Stored items

--- START ---

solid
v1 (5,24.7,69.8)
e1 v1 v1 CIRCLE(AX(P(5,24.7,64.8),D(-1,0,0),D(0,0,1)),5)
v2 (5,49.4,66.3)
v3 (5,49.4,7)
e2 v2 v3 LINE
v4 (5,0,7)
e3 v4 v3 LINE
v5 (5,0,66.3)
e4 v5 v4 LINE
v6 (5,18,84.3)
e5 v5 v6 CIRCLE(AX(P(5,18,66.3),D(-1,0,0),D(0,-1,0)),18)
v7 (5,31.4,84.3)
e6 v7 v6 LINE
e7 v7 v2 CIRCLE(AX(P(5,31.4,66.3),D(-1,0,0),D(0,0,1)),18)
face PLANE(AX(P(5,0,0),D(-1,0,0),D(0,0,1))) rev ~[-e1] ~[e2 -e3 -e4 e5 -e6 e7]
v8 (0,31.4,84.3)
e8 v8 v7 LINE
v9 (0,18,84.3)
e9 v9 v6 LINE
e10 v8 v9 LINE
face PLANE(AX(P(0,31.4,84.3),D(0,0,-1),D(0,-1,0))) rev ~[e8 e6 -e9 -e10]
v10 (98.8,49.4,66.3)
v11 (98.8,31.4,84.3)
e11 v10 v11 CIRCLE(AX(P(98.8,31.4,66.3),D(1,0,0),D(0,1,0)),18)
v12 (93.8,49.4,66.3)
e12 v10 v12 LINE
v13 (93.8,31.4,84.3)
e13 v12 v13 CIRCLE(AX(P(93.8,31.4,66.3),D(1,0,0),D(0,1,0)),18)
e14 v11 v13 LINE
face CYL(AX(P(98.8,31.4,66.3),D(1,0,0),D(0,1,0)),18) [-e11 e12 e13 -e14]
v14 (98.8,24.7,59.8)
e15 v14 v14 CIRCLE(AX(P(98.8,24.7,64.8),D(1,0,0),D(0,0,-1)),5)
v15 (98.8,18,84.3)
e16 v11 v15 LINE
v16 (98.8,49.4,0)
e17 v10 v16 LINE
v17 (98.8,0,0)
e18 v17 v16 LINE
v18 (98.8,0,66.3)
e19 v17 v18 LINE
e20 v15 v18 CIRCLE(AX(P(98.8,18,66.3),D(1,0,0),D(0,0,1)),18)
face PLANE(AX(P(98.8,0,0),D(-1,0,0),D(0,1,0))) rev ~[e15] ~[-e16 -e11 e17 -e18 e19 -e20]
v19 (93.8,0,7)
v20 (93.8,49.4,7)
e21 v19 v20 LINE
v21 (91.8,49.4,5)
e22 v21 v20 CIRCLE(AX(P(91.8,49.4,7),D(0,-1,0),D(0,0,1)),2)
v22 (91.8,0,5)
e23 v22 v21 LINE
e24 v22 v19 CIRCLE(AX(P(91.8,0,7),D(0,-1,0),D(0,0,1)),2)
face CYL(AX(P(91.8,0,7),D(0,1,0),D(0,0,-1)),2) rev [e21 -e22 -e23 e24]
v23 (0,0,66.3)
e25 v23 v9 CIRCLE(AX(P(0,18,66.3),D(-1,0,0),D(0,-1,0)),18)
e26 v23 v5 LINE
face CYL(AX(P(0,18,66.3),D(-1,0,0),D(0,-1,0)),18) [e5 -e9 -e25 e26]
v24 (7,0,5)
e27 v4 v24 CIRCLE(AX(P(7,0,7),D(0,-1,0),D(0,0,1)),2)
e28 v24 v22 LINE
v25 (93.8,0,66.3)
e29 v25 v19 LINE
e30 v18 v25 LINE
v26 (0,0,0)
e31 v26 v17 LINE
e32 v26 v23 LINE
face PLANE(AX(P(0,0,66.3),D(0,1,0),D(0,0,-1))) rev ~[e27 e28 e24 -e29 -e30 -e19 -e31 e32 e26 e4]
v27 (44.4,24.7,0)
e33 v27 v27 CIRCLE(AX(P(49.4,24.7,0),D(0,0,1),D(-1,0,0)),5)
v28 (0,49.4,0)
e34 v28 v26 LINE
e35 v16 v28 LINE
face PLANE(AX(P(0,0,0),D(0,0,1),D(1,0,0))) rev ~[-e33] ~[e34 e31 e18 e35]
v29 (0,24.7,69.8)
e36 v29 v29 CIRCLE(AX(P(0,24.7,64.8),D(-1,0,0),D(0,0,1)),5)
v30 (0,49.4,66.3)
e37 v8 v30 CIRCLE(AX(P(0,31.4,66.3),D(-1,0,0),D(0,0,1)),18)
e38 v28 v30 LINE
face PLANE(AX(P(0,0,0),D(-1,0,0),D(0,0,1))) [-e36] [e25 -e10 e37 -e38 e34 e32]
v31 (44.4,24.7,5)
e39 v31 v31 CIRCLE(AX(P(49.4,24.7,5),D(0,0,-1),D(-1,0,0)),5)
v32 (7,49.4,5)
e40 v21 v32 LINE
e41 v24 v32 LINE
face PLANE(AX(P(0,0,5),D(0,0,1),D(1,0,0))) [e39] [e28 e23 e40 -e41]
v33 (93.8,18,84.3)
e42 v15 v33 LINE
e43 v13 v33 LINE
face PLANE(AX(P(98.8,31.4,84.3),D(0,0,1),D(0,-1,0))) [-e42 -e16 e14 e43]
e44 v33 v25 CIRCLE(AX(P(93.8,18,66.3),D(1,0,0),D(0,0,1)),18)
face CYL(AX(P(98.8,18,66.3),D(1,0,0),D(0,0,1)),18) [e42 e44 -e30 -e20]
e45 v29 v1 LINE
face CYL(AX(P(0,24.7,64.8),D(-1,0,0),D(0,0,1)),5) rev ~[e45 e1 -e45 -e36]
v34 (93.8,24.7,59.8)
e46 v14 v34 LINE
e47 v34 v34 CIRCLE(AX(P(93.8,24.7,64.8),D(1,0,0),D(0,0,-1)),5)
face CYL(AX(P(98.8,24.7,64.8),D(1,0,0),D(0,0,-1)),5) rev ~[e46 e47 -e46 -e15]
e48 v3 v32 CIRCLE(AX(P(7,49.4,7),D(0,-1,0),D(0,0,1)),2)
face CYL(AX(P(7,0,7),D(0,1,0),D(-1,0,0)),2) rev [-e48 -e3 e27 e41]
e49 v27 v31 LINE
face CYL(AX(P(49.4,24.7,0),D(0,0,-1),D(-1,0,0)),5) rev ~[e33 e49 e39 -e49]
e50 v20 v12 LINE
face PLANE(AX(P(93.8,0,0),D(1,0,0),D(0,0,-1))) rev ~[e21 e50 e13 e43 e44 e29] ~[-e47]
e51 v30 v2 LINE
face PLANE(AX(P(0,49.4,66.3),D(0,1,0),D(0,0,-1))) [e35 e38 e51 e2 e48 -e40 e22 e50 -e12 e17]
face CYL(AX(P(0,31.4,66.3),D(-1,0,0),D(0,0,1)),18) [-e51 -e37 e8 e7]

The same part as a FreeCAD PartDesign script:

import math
import FreeCAD as App
import Part
import Sketcher
from FreeCAD import Vector
Q = App.Units.Quantity


def edges_at(feature, points):
    """Names of the edges that pass closest to the given points."""
    edges = feature.Shape.Edges
    near = lambda p: min(range(len(edges)), key=lambda i: edges[i].distToShape(Part.Vertex(*p))[0])
    return sorted({f"Edge{near(p) + 1}" for p in points})

doc = App.newDocument("Part")
body = doc.addObject("PartDesign::Body", "Body")

sketch1 = doc.addObject("Sketcher::SketchObject", "Sketch")
body.addObject(sketch1)
sketch1.AttachmentSupport = (doc.XY_Plane, [""])
sketch1.MapMode = "FlatFace"
sketch1.addGeometry(Part.LineSegment(Vector(0, 49, 0), Vector(0, 0, 0)), False)
sketch1.addGeometry(Part.LineSegment(Vector(0, 0, 0), Vector(99, 0, 0)), False)
sketch1.addGeometry(Part.LineSegment(Vector(99, 0, 0), Vector(99, 49, 0)), False)
sketch1.addGeometry(Part.LineSegment(Vector(99, 49, 0), Vector(0, 49, 0)), False)
sketch1.addConstraint(Sketcher.Constraint("Coincident", 0, 2, 1, 1))
sketch1.addConstraint(Sketcher.Constraint("Coincident", 1, 2, 2, 1))
sketch1.addConstraint(Sketcher.Constraint("Coincident", 2, 2, 3, 1))
sketch1.addConstraint(Sketcher.Constraint("Coincident", 3, 2, 0, 1))
sketch1.addConstraint(Sketcher.Constraint("Vertical", 0))
sketch1.addConstraint(Sketcher.Constraint("Horizontal", 1))
sketch1.addConstraint(Sketcher.Constraint("Vertical", 2))
sketch1.addConstraint(Sketcher.Constraint("Horizontal", 3))
sketch1.addConstraint(Sketcher.Constraint("Coincident", 0, 2, -1, 1))
sketch1.addConstraint(Sketcher.Constraint("DistanceX", 1, 1, 1, 2, Q("98.8 mm")))
sketch1.addConstraint(Sketcher.Constraint("DistanceY", 0, 2, 0, 1, Q("49.4 mm")))
pad1 = doc.addObject("PartDesign::Pad", "Pad")
body.addObject(pad1)
pad1.Profile = sketch1
pad1.Length = 5

sketch2 = doc.addObject("Sketcher::SketchObject", "Sketch001")
body.addObject(sketch2)
sketch2.AttachmentSupport = (doc.YZ_Plane, [""])
sketch2.MapMode = "FlatFace"
sketch2.AttachmentOffset = App.Placement(Vector(0, 0, 98.8), App.Rotation())
sketch2.addGeometry(Part.LineSegment(Vector(0, 5, 0), Vector(49, 5, 0)), False)
sketch2.addGeometry(Part.LineSegment(Vector(49, 5, 0), Vector(49, 66, 0)), False)
sketch2.addGeometry(Part.ArcOfCircle(Part.Circle(Vector(31, 66, 0), Vector(0, 0, 1), 18), math.radians(0), math.radians(90)), False)
sketch2.addGeometry(Part.LineSegment(Vector(31, 84, 0), Vector(18, 84, 0)), False)
sketch2.addGeometry(Part.ArcOfCircle(Part.Circle(Vector(18, 66, 0), Vector(0, 0, 1), 18), math.radians(90), math.radians(180)), False)
sketch2.addGeometry(Part.LineSegment(Vector(0, 66, 0), Vector(0, 5, 0)), False)
sketch2.addConstraint(Sketcher.Constraint("Coincident", 0, 2, 1, 1))
sketch2.addConstraint(Sketcher.Constraint("Tangent", 1, 2, 2, 1))
sketch2.addConstraint(Sketcher.Constraint("Tangent", 2, 2, 3, 1))
sketch2.addConstraint(Sketcher.Constraint("Tangent", 3, 2, 4, 1))
sketch2.addConstraint(Sketcher.Constraint("Tangent", 4, 2, 5, 1))
sketch2.addConstraint(Sketcher.Constraint("Coincident", 5, 2, 0, 1))
sketch2.addConstraint(Sketcher.Constraint("Horizontal", 0))
sketch2.addConstraint(Sketcher.Constraint("Vertical", 1))
sketch2.addConstraint(Sketcher.Constraint("Horizontal", 3))
sketch2.addConstraint(Sketcher.Constraint("Vertical", 5))
sketch2.addConstraint(Sketcher.Constraint("Equal", 2, 4))
sketch2.addConstraint(Sketcher.Constraint("PointOnObject", 4, 2, -2))
sketch2.addConstraint(Sketcher.Constraint("Radius", 2, Q("18 mm")))
sketch2.addConstraint(Sketcher.Constraint("DistanceX", 0, 1, 0, 2, Q("49.4 mm")))
sketch2.addConstraint(Sketcher.Constraint("DistanceY", 0, 2, 2, 2, Q("79.3 mm")))
sketch2.addConstraint(Sketcher.Constraint("DistanceY", -1, 1, 0, 2, Q("5 mm")))
pad2 = doc.addObject("PartDesign::Pad", "Pad001")
body.addObject(pad2)
pad2.Profile = sketch2
pad2.Length = 5
pad2.Reversed = True

sketch3 = doc.addObject("Sketcher::SketchObject", "Sketch002")
body.addObject(sketch3)
sketch3.AttachmentSupport = (doc.YZ_Plane, [""])
sketch3.MapMode = "FlatFace"
sketch3.addGeometry(Part.ArcOfCircle(Part.Circle(Vector(31, 66, 0), Vector(0, 0, 1), 18), math.radians(0), math.radians(90)), False)
sketch3.addGeometry(Part.LineSegment(Vector(49, 66, 0), Vector(49, 5, 0)), False)
sketch3.addGeometry(Part.LineSegment(Vector(49, 5, 0), Vector(0, 5, 0)), False)
sketch3.addGeometry(Part.LineSegment(Vector(0, 5, 0), Vector(0, 66, 0)), False)
sketch3.addGeometry(Part.ArcOfCircle(Part.Circle(Vector(18, 66, 0), Vector(0, 0, 1), 18), math.radians(90), math.radians(180)), False)
sketch3.addGeometry(Part.LineSegment(Vector(18, 84, 0), Vector(31, 84, 0)), False)
sketch3.addConstraint(Sketcher.Constraint("Tangent", 0, 1, 1, 1))
sketch3.addConstraint(Sketcher.Constraint("Coincident", 1, 2, 2, 1))
sketch3.addConstraint(Sketcher.Constraint("Coincident", 2, 2, 3, 1))
sketch3.addConstraint(Sketcher.Constraint("Tangent", 3, 2, 4, 2))
sketch3.addConstraint(Sketcher.Constraint("Tangent", 4, 1, 5, 1))
sketch3.addConstraint(Sketcher.Constraint("Tangent", 5, 2, 0, 2))
sketch3.addConstraint(Sketcher.Constraint("Vertical", 1))
sketch3.addConstraint(Sketcher.Constraint("Horizontal", 2))
sketch3.addConstraint(Sketcher.Constraint("Vertical", 3))
sketch3.addConstraint(Sketcher.Constraint("Horizontal", 5))
sketch3.addConstraint(Sketcher.Constraint("Equal", 0, 4))
sketch3.addConstraint(Sketcher.Constraint("PointOnObject", 2, 2, -2))
sketch3.addConstraint(Sketcher.Constraint("Radius", 0, Q("18 mm")))
sketch3.addConstraint(Sketcher.Constraint("DistanceX", 2, 2, 2, 1, Q("49.4 mm")))
sketch3.addConstraint(Sketcher.Constraint("DistanceY", 2, 2, 4, 1, Q("79.3 mm")))
sketch3.addConstraint(Sketcher.Constraint("DistanceY", -1, 1, 1, 2, Q("5 mm")))
pad3 = doc.addObject("PartDesign::Pad", "Pad002")
body.addObject(pad3)
pad3.Profile = sketch3
pad3.Length = 5

sketch4 = doc.addObject("Sketcher::SketchObject", "Sketch003")
body.addObject(sketch4)
sketch4.AttachmentSupport = (doc.YZ_Plane, [""])
sketch4.MapMode = "FlatFace"
sketch4.addGeometry(Part.Circle(Vector(25, 65, 0), Vector(0, 0, 1), 5), False)
sketch4.addConstraint(Sketcher.Constraint("Diameter", 0, Q("10 mm")))
sketch4.addConstraint(Sketcher.Constraint("DistanceX", -1, 1, 0, 3, Q("24.7 mm")))
sketch4.addConstraint(Sketcher.Constraint("DistanceY", -1, 1, 0, 3, Q("64.8 mm")))
pocket1 = doc.addObject("PartDesign::Pocket", "Pocket")
body.addObject(pocket1)
pocket1.Profile = sketch4
pocket1.Length = 5
pocket1.Reversed = True

sketch5 = doc.addObject("Sketcher::SketchObject", "Sketch004")
body.addObject(sketch5)
sketch5.AttachmentSupport = (doc.YZ_Plane, [""])
sketch5.MapMode = "FlatFace"
sketch5.AttachmentOffset = App.Placement(Vector(0, 0, 98.8), App.Rotation())
sketch5.addGeometry(Part.Circle(Vector(25, 65, 0), Vector(0, 0, 1), 5), False)
sketch5.addConstraint(Sketcher.Constraint("Diameter", 0, Q("10 mm")))
sketch5.addConstraint(Sketcher.Constraint("DistanceX", -1, 1, 0, 3, Q("24.7 mm")))
sketch5.addConstraint(Sketcher.Constraint("DistanceY", -1, 1, 0, 3, Q("64.8 mm")))
pocket2 = doc.addObject("PartDesign::Pocket", "Pocket001")
body.addObject(pocket2)
pocket2.Profile = sketch5
pocket2.Length = 5

sketch6 = doc.addObject("Sketcher::SketchObject", "Sketch005")
body.addObject(sketch6)
sketch6.AttachmentSupport = (doc.XY_Plane, [""])
sketch6.MapMode = "FlatFace"
sketch6.addGeometry(Part.Circle(Vector(49, 25, 0), Vector(0, 0, 1), 5), False)
sketch6.addConstraint(Sketcher.Constraint("Diameter", 0, Q("10 mm")))
sketch6.addConstraint(Sketcher.Constraint("DistanceX", -1, 1, 0, 3, Q("49.4 mm")))
sketch6.addConstraint(Sketcher.Constraint("DistanceY", -1, 1, 0, 3, Q("24.7 mm")))
pocket3 = doc.addObject("PartDesign::Pocket", "Pocket002")
body.addObject(pocket3)
pocket3.Profile = sketch6
pocket3.Length = 5
pocket3.Reversed = True
doc.recompute()

fillet = doc.addObject("PartDesign::Fillet", "Fillet")
body.addObject(fillet)
fillet.Base = (pocket3, edges_at(pocket3, [(93.8, 24.7, 5), (5, 24.7, 5)]))
fillet.Radius = 2

doc.recompute()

--- END ---

• Your assignment
Above are the records; print exactly the lines from the line with "v27 (44.4,24.7,0)" to the line with "v29 (0,24.7,69.8)", including both, and nothing else.

• Exercise solution
v27 (44.4,24.7,0)
e33 v27 v27 CIRCLE(AX(P(49.4,24.7,0),D(0,0,1),D(-1,0,0)),5)
v28 (0,49.4,0)
e34 v28 v26 LINE
e35 v16 v28 LINE
face PLANE(AX(P(0,0,0),D(0,0,1),D(1,0,0))) rev ~[-e33] ~[e34 e31 e18 e35]
v29 (0,24.7,69.8)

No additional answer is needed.